O Departamento de Estado dos Estados Unidos anunciou nesta quinta-feira (28) a classificação oficial do Comando Vermelho (CV) e do Primeiro Comando da Capital (PCC) como “Terroristas Globais Especialmente Designados”. O movimento diplomático marca uma nova etapa no monitoramento dessas organizações, com o governo americano sinalizando a intenção de designar ambos os grupos como Organizações Terroristas Estrangeiras a partir de 5 de junho.
Contexto e Origens das Facções
O Comando Vermelho, com 54 anos de existência, surgiu no Instituto Penal Cândido Mendes, em Ilha Grande. Inicialmente denominada “Falange Vermelha”, a facção foi organizada por detentos — incluindo o criminoso William da Silva Lima, o “Professor” — sob o pretexto de combater a tortura e os maus-tratos no sistema prisional, cenário que os presos apelidaram de “Caldeirão do Inferno”. A partir de 1979, o grupo redirecionou suas atividades para fugas em massa e o controle do tráfico de cocaína.
O PCC, por sua vez, foi fundado em 31 de agosto de 1993, na Casa de Custódia de Taubaté, em São Paulo. A organização nasceu no rastro do massacre do Carandiru, ocorrido em 1992, com um discurso inicial focado na união dos detentos e na melhoria das condições carcerárias. Ao longo das décadas, o grupo expandiu seu alcance para além dos presídios, envolvendo-se em tráfico internacional, lavagem de dinheiro e fraudes.
Did You Know?
O PCC possui uma estrutura vasta, estando presente em ao menos 28 países, segundo relatórios do Ministério Público de São Paulo. Já o Comando Vermelho, além de dominar rotas de tráfico, desenvolveu a capacidade de fabricar seu próprio arsenal bélico dentro do Brasil, reduzindo sua dependência exclusiva de armas importadas.
Significado da Designação
A classificação como terroristas globais coloca as duas maiores facções criminosas do Brasil sob um escrutínio internacional mais rigoroso. O PCC, liderado historicamente por Marcos Willians Herbas Camacho, o “Marcola”, consolidou-se como uma organização com ramificações em diversos países da América do Sul, como Paraguai e Bolívia. O Comando Vermelho mantém seu poderio concentrado no Rio de Janeiro, com nomes de destaque como Fernandinho Beira-Mar e Marcinho VP, ambos sob custódia.
Expert Insight:
A mudança na classificação pelos Estados Unidos sugere uma tentativa de aumentar a pressão sobre as redes financeiras dessas organizações. Ao elevar o status desses grupos, autoridades internacionais podem facilitar o rastreamento de ativos e a cooperação em investigações de lavagem de dinheiro, visto que tanto o CV quanto o PCC operam hoje com estruturas que se assemelham a modelos empresariais e mafiosos.
Implicações Futuras
A intenção de classificar os grupos como Organizações Terroristas Estrangeiras em junho pode resultar em um aumento da cooperação entre agências de inteligência brasileiras e americanas.
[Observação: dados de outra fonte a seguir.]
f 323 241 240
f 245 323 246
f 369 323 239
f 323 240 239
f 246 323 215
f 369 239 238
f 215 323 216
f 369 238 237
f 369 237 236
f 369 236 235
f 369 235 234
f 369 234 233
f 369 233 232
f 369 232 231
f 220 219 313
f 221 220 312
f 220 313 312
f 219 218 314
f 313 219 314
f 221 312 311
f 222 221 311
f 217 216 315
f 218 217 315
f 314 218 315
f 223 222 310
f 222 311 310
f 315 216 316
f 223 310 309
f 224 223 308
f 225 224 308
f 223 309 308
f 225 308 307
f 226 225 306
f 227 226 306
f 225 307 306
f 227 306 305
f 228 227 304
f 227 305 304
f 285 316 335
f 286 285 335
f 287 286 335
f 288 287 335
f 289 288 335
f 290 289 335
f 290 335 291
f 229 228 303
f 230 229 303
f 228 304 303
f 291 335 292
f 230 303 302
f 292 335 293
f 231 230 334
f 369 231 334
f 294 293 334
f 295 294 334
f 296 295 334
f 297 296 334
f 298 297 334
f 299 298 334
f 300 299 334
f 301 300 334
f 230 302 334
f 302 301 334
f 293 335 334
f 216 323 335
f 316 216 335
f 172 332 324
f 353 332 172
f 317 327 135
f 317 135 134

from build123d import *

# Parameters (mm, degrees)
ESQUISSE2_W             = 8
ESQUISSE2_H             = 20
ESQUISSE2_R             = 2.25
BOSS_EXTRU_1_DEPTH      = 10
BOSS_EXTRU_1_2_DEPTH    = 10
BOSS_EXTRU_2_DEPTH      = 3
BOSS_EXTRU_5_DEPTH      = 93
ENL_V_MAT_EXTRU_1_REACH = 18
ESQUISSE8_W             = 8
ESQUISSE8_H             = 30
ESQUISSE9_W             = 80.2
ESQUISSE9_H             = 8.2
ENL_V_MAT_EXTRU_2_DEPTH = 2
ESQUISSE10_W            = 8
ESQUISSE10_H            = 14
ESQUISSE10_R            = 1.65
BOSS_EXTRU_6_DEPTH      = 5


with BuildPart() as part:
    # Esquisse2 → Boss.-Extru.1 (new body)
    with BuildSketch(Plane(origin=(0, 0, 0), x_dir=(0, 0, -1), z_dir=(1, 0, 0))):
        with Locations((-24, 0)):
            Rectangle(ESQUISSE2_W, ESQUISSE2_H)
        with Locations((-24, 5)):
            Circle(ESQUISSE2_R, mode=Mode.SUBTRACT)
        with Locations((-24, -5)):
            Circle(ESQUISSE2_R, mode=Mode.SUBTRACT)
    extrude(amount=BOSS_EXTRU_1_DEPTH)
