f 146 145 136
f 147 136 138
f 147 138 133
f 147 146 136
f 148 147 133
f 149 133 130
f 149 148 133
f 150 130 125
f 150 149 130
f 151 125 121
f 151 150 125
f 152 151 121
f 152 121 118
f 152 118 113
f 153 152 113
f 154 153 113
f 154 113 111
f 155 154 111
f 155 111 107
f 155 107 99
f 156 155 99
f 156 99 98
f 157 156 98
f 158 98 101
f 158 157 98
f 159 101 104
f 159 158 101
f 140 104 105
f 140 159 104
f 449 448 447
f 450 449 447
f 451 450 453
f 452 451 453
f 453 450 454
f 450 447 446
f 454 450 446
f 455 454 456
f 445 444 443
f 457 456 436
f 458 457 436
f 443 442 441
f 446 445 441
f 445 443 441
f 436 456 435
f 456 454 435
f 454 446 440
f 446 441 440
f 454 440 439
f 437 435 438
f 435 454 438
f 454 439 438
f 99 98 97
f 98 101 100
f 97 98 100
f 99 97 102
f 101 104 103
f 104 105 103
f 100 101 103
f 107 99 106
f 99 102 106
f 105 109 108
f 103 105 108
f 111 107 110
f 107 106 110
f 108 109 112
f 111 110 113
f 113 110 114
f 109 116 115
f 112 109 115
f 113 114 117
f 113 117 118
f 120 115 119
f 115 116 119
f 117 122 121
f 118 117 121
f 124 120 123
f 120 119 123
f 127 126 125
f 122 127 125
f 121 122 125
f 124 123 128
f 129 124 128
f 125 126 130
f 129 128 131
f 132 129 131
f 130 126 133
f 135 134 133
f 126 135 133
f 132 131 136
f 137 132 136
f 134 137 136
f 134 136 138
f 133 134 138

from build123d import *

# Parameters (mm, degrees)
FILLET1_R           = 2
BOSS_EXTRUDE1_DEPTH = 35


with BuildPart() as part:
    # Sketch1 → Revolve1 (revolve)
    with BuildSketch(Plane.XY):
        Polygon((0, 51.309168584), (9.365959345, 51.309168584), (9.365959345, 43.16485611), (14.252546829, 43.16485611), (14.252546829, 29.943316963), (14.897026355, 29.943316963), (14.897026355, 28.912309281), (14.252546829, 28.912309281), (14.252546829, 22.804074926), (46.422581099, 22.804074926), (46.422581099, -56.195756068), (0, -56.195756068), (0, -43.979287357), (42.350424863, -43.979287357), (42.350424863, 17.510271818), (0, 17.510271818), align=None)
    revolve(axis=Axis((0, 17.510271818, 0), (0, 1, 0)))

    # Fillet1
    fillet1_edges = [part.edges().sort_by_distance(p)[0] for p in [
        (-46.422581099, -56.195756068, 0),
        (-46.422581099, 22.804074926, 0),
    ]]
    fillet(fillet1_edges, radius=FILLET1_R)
Analistas sugerem que o impacto imediato pode ser sentido na dificuldade dessas facções em movimentar recursos ilícitos através de sistemas financeiros monitorados por sanções americanas. É provável que o cerco à lavagem de dinheiro, que envolve desde fintechs até postos de combustíveis, torne-se uma prioridade estratégica no combate à “nova face” dessas organizações criminosas.

Frequently Asked Questions
Qual é a diferença entre a classificação atual e a prevista para junho?
Atualmente, foram classificados como “Terroristas Globais Especialmente Designados”. A partir de 5 de junho, os EUA pretendem elevar o status para “Organizações Terroristas Estrangeiras”.
Como o PCC e o CV financiam suas atividades?
Ambos operam no tráfico de drogas e, conforme investigações, utilizam empresas, contas bancárias, transportadoras e outros negócios para movimentar recursos e realizar a lavagem de dinheiro.
Quais são os principais líderes citados?
As autoridades destacam Marcos Willians Herbas Camacho (Marcola) no PCC, e Márcio dos Santos Nepomuceno (Marcinho VP) e Luiz Fernando da Costa (Fernandinho Beira-Mar) no Comando Vermelho.
Como você avalia o impacto de medidas internacionais na segurança pública dentro dos presídios brasileiros?